→ EXERCISE DIRECTIONS
The following data has a line with "e13 v1 v11 LINE" and a line with "v20 (71.551412,0,49.984893)". Write out exactly those lines and all the lines between them.

→ DATASET RECORDS
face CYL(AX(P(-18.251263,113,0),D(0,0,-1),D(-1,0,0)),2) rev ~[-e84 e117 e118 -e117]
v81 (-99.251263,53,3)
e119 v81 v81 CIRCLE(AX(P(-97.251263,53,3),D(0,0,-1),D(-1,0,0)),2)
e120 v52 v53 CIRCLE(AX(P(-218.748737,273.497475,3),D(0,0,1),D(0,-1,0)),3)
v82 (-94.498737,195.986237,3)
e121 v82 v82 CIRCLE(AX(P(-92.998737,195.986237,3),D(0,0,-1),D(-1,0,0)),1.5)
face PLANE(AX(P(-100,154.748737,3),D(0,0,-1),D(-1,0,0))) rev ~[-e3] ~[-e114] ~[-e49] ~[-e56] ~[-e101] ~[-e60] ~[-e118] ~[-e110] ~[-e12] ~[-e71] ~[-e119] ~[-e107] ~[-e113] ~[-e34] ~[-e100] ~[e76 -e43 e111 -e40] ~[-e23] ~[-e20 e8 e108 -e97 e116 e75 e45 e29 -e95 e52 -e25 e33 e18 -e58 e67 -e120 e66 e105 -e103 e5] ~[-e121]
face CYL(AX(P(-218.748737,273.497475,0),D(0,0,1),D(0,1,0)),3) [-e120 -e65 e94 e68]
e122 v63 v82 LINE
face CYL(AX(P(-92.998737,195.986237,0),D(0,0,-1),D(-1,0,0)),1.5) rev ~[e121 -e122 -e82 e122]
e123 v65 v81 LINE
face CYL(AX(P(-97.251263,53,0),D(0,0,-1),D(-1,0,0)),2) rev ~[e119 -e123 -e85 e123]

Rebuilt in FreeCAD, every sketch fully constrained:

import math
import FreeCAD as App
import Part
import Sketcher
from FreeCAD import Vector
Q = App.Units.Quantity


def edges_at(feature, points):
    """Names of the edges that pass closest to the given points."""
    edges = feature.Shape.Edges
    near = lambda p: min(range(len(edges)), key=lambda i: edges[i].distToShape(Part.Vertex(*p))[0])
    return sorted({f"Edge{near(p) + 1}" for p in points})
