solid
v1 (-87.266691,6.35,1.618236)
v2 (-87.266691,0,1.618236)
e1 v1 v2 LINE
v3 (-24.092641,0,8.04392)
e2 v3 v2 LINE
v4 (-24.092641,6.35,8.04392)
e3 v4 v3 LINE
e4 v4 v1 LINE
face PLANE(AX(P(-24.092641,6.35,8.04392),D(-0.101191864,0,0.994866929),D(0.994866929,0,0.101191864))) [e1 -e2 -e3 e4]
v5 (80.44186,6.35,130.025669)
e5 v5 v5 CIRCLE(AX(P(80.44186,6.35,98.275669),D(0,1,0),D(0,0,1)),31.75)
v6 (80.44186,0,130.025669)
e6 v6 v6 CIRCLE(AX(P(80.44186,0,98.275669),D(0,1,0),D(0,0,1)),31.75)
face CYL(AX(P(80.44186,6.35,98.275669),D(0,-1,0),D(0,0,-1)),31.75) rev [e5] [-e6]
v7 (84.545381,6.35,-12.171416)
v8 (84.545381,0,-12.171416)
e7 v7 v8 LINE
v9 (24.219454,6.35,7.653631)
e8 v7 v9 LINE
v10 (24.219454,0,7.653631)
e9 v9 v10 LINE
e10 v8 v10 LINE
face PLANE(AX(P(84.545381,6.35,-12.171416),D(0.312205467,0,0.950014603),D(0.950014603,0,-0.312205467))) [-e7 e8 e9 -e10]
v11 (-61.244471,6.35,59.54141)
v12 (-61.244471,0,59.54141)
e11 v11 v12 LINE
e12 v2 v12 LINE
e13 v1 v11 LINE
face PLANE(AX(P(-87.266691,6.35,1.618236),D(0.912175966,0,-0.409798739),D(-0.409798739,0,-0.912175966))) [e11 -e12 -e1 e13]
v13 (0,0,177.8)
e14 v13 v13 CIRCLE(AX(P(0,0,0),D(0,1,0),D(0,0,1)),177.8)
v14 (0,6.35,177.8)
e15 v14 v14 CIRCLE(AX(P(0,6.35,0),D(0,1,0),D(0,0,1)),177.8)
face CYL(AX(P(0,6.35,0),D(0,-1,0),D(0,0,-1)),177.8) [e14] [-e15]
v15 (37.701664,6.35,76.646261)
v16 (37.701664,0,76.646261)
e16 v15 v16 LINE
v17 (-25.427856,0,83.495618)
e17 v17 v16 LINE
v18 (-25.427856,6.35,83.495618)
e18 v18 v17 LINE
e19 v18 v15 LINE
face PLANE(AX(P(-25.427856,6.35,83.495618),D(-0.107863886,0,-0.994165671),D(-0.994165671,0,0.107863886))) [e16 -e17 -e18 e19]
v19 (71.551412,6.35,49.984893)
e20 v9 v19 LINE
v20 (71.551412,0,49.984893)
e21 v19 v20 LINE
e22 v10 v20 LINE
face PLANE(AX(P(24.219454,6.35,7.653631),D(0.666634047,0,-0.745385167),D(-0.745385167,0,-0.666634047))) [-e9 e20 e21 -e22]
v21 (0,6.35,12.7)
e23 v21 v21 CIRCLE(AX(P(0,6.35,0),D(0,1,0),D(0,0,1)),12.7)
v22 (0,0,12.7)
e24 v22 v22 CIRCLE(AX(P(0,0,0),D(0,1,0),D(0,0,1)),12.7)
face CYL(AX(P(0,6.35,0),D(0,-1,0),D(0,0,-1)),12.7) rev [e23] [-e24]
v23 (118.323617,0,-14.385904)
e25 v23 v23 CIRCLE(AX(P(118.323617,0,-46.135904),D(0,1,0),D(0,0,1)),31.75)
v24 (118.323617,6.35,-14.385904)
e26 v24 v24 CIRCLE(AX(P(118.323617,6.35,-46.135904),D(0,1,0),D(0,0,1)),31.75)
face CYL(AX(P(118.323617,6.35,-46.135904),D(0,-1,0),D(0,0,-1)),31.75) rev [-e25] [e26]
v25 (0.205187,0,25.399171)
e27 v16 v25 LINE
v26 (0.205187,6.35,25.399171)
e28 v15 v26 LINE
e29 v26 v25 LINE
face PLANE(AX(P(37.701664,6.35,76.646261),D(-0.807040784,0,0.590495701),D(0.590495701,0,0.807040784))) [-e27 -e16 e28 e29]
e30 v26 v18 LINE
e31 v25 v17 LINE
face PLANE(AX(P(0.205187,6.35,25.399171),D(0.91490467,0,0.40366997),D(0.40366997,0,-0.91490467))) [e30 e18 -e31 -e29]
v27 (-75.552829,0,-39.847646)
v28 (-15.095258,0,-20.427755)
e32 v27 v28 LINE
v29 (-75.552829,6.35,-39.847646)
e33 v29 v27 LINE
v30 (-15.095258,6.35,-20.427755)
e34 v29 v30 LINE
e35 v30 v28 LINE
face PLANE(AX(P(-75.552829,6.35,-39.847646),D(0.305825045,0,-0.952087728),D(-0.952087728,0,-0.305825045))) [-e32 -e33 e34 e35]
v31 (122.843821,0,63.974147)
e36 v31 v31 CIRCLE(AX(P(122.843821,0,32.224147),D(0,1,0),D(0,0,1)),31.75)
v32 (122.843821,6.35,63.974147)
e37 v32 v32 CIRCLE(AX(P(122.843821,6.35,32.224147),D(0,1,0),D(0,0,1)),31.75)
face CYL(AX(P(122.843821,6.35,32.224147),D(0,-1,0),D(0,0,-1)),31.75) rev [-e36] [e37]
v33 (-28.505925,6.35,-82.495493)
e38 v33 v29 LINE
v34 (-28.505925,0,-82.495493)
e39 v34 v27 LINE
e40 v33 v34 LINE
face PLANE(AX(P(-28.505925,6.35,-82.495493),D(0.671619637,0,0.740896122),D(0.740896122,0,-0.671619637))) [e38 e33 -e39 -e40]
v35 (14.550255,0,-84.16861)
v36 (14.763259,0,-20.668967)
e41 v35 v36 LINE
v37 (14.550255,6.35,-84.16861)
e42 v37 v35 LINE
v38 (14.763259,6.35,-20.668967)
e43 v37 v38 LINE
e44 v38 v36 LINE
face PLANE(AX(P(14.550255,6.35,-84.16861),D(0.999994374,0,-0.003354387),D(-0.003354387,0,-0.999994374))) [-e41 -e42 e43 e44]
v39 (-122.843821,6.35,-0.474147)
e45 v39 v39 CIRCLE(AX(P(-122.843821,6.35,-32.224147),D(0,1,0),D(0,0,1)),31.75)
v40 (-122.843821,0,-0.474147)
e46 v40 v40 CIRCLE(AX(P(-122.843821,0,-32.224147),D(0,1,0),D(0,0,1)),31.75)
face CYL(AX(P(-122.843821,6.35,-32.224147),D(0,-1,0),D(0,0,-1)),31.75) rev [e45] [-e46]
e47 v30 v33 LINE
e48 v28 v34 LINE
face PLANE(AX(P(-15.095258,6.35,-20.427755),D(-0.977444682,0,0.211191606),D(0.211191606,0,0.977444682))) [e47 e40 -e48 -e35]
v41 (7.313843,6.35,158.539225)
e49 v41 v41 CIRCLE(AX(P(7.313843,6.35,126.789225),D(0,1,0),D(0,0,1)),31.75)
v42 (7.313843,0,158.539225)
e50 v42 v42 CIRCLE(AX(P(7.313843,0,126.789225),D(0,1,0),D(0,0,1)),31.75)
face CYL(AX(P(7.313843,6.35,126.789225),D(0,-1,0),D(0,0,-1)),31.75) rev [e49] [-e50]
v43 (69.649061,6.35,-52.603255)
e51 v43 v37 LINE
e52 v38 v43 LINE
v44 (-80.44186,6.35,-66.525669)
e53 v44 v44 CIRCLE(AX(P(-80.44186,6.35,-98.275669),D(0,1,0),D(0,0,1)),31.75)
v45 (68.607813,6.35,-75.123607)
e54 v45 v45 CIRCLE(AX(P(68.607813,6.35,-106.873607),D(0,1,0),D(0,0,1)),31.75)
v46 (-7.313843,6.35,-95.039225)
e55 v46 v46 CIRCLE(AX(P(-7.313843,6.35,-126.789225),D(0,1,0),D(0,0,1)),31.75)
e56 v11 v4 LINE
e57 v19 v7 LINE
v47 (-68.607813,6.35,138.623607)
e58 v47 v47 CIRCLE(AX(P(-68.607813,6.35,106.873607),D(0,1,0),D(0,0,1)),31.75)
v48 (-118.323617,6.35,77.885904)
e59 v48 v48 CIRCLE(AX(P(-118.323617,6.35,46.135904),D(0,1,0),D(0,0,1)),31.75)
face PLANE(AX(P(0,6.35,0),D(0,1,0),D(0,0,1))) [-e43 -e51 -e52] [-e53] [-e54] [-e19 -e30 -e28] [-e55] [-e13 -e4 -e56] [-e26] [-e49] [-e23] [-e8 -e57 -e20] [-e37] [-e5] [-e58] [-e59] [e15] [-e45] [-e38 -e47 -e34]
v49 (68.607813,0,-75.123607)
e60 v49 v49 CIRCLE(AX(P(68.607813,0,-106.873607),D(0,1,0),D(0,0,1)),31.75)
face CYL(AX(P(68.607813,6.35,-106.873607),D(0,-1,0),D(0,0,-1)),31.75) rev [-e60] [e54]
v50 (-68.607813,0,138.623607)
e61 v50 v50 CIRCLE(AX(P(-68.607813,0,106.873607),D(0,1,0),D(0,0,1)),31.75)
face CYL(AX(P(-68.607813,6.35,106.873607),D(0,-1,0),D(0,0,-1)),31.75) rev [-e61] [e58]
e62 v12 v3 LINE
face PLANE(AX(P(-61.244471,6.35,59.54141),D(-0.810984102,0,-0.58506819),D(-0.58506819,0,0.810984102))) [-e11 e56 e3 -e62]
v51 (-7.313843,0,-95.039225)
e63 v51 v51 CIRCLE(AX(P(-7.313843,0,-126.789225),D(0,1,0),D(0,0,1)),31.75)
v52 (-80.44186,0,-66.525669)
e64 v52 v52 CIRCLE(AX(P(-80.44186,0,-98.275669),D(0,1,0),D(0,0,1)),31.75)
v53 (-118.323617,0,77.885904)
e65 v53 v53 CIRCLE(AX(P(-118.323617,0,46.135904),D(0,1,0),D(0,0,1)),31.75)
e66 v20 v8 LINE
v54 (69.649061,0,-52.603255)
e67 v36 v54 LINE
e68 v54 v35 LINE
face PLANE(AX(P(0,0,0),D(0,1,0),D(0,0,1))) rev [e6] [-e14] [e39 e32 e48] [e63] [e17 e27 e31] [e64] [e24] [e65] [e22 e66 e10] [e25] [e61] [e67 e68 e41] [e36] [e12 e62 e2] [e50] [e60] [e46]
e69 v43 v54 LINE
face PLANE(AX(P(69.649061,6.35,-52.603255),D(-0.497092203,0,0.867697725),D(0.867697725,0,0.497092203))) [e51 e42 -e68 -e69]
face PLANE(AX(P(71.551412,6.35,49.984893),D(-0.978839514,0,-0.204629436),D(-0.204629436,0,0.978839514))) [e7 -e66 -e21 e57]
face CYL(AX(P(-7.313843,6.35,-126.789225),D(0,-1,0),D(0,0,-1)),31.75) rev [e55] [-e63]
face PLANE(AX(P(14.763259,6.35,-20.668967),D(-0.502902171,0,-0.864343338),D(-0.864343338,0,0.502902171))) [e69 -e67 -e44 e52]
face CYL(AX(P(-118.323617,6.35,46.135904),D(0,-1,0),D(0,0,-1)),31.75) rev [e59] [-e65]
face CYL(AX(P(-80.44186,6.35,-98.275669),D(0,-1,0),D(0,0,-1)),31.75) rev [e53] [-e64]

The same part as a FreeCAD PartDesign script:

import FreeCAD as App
import Part
import Sketcher

V = App.Vector
Q = App.Units.Quantity


def add_polygon(sketch, points):
    """Adds a closed chain of lines whose ends are joined by coincident constraints."""
    first, n = sketch.GeometryCount, len(points)
    for a, b in zip(points, points[1:] + points[:1]):
        sketch.addGeometry(Part.LineSegment(App.Vector(*a, 0), App.Vector(*b, 0)), False)
    for i in range(n):
        sketch.addConstraint(Sketcher.Constraint("Coincident", first + i, 2, first + (i + 1) % n, 1))

doc = App.newDocument("Part")
body = doc.addObject("PartDesign::Body", "Body")

# Sketch on XZ plane
sketch1 = doc.addObject("Sketcher::SketchObject", "Sketch")
body.addObject(sketch1)
sketch1.AttachmentSupport = (doc.XZ_Plane, [""])
sketch1.MapMode = "FlatFace"
sketch1.addGeometry(Part.Circle(V(0, 0, 0), V(0, 0, 1), 178), False)  # 0
sketch1.addGeometry(Part.Circle(V(-80, -98, 0), V(0, 0, 1), 32), False)  # 1
sketch1.addGeometry(Part.Circle(V(-123, -32, 0), V(0, 0, 1), 32), False)  # 2
sketch1.addGeometry(Part.Circle(V(-7, -127, 0), V(0, 0, 1), 32), False)  # 3
add_polygon(sketch1, [(-15, -20), (-76, -40), (-29, -82)])  # lines 4-6
sketch1.addGeometry(Part.Circle(V(-118, 46, 0), V(0, 0, 1), 32), False)  # 7
add_polygon(sketch1, [(-24, 8), (-61, 60), (-87, 2)])  # lines 8-10
sketch1.addGeometry(Part.Circle(V(-69, 107, 0), V(0, 0, 1), 32), False)  # 11
sketch1.addGeometry(Part.Circle(V(69, -107, 0), V(0, 0, 1), 32), False)  # 12
sketch1.addGeometry(Part.Circle(V(0, 0, 0), V(0, 0, 1), 13), False)  # 13
add_polygon(sketch1, [(15, -21), (15, -84), (70, -53)])  # lines 14-16
sketch1.addGeometry(Part.Circle(V(118, -46, 0), V(0, 0, 1), 32), False)  # 17
add_polygon(sketch1, [(0, 25), (38, 77), (-25, 83)])  # lines 18-20
add_polygon(sketch1, [(24, 8), (85, -12), (72, 50)])  # lines 21-23
sketch1.addGeometry(Part.Circle(V(7, 127, 0), V(0, 0, 1), 32), False)  # 24
sketch1.addGeometry(Part.Circle(V(123, 32, 0), V(0, 0, 1), 32), False)  # 25
sketch1.addGeometry(Part.Circle(V(80, 98, 0), V(0, 0, 1), 32), False)  # 26
sketch1.addConstraint([
    Sketcher.Constraint("Coincident", 0, 3, -1, 1),
    Sketcher.Constraint("Coincident", 13, 3, -1, 1),
    Sketcher.Constraint("Equal", 1, 2),
    Sketcher.Constraint("Equal", 2, 3),
    Sketcher.Constraint("Equal", 3, 7),
    Sketcher.Constraint("Equal", 7, 11),
    Sketcher.Constraint("Equal", 11, 12),
    Sketcher.Constraint("Equal", 12, 17),
    Sketcher.Constraint("Equal", 17, 24),
    Sketcher.Constraint("Equal", 24, 25),
    Sketcher.Constraint("Equal", 25, 26),
    Sketcher.Constraint("Symmetric", 11, 3, 12, 3, -1, 1),
    Sketcher.Constraint("Symmetric", 7, 3, 17, 3, -1, 1),
    Sketcher.Constraint("Symmetric", 3, 3, 24, 3, -1, 1),
    Sketcher.Constraint("Symmetric", 2, 3, 25, 3, -1, 1),
    Sketcher.Constraint("Symmetric", 1, 3, 26, 3, -1, 1),
    Sketcher.Constraint("Equal", 4, 5),
    Sketcher.Constraint("Equal", 5, 6),
    Sketcher.Constraint("Equal", 6, 8),
    Sketcher.Constraint("Equal", 8, 9),
    Sketcher.Constraint("Equal", 9, 10),
    Sketcher.Constraint("Equal", 10, 14),
    Sketcher.Constraint("Equal", 14, 15),
    Sketcher.Constraint("Equal", 15, 16),
    Sketcher.Constraint("Equal", 16, 18),
    Sketcher.Constraint("Equal", 18, 19),
    Sketcher.Constraint("Equal", 19, 20),
    Sketcher.Constraint("Equal", 20, 21),
    Sketcher.Constraint("Equal", 21, 22),
    Sketcher.Constraint("Equal", 22, 23),
    Sketcher.Constraint("Diameter", 0, Q("14 in")),
    Sketcher.Constraint("Diameter", 13, Q("1 in")),
    Sketcher.Constraint("Diameter", 1, Q("2.5 in")),
    Sketcher.Constraint("Distance", 4, Q("2.5 in")),
    Sketcher.Constraint("DistanceY", 4, 2, 2, 3, Q("7.623499 mm")),
    Sketcher.Constraint("DistanceX", 3, 3, 14, 2, Q("21.864098 mm")),
    Sketcher.Constraint("DistanceX", 10, 2, 16, 2, Q("38.8559 mm")),
    Sketcher.Constraint("DistanceX", 19, 2, 24, 3, Q("32.741699 mm")),
    Sketcher.Constraint("DistanceY", 16, 2, 23, 2, Q("28.322598 mm")),
    Sketcher.Constraint("DistanceX", 1, 3, -1, 1, Q("80.44186 mm")),
    Sketcher.Constraint("DistanceY", 1, 3, -1, 1, Q("98.275669 mm")),
    Sketcher.Constraint("DistanceX", 2, 3, -1, 1, Q("122.843821 mm")),
    Sketcher.Constraint("DistanceX", 4, 2, -1, 1, Q("75.552829 mm")),
    Sketcher.Constraint("DistanceX", 8, 2, -1, 1, Q("61.244471 mm")),
    Sketcher.Constraint("DistanceY", -1, 1, 8, 2, Q("59.54141 mm")),
    Sketcher.Constraint("DistanceX", 9, 2, -1, 1, Q("87.266691 mm")),
    Sketcher.Constraint("DistanceY", 14, 2, -1, 1, Q("84.16861 mm")),
    Sketcher.Constraint("DistanceX", -1, 1, 15, 2, Q("69.649061 mm")),
    Sketcher.Constraint("DistanceY", -1, 1, 18, 2, Q("76.646261 mm")),
    Sketcher.Constraint("DistanceY", -1, 1, 20, 2, Q("25.399171 mm")),
    Sketcher.Constraint("DistanceX", -1, 1, 21, 2, Q("84.545381 mm")),
    Sketcher.Constraint("DistanceX", -1, 1, 22, 2, Q("71.551412 mm")),
    Sketcher.Constraint("DistanceY", 1, 3, 2, 3, Q("66.051522 mm")),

→ RESPONSE
e13 v1 v11 LINE
face PLANE(AX(P(-87.266691,6.35,1.618236),D(0.912175966,0,-0.409798739),D(-0.409798739,0,-0.912175966))) [e11 -e12 -e1 e13]
v13 (0,0,177.8)
e14 v13 v13 CIRCLE(AX(P(0,0,0),D(0,1,0),D(0,0,1)),177.8)
v14 (0,6.35,177.8)
e15 v14 v14 CIRCLE(AX(P(0,6.35,0),D(0,1,0),D(0,0,1)),177.8)
face CYL(AX(P(0,6.35,0),D(0,-1,0),D(0,0,-1)),177.8) [e14] [-e15]
v15 (37.701664,6.35,76.646261)
v16 (37.701664,0,76.646261)
e16 v15 v16 LINE
v17 (-25.427856,0,83.495618)
e17 v17 v16 LINE
v18 (-25.427856,6.35,83.495618)
e18 v18 v17 LINE
e19 v18 v15 LINE
face PLANE(AX(P(-25.427856,6.35,83.495618),D(-0.107863886,0,-0.994165671),D(-0.994165671,0,0.107863886))) [e16 -e17 -e18 e19]
v19 (71.551412,6.35,49.984893)
e20 v9 v19 LINE
v20 (71.551412,0,49.984893)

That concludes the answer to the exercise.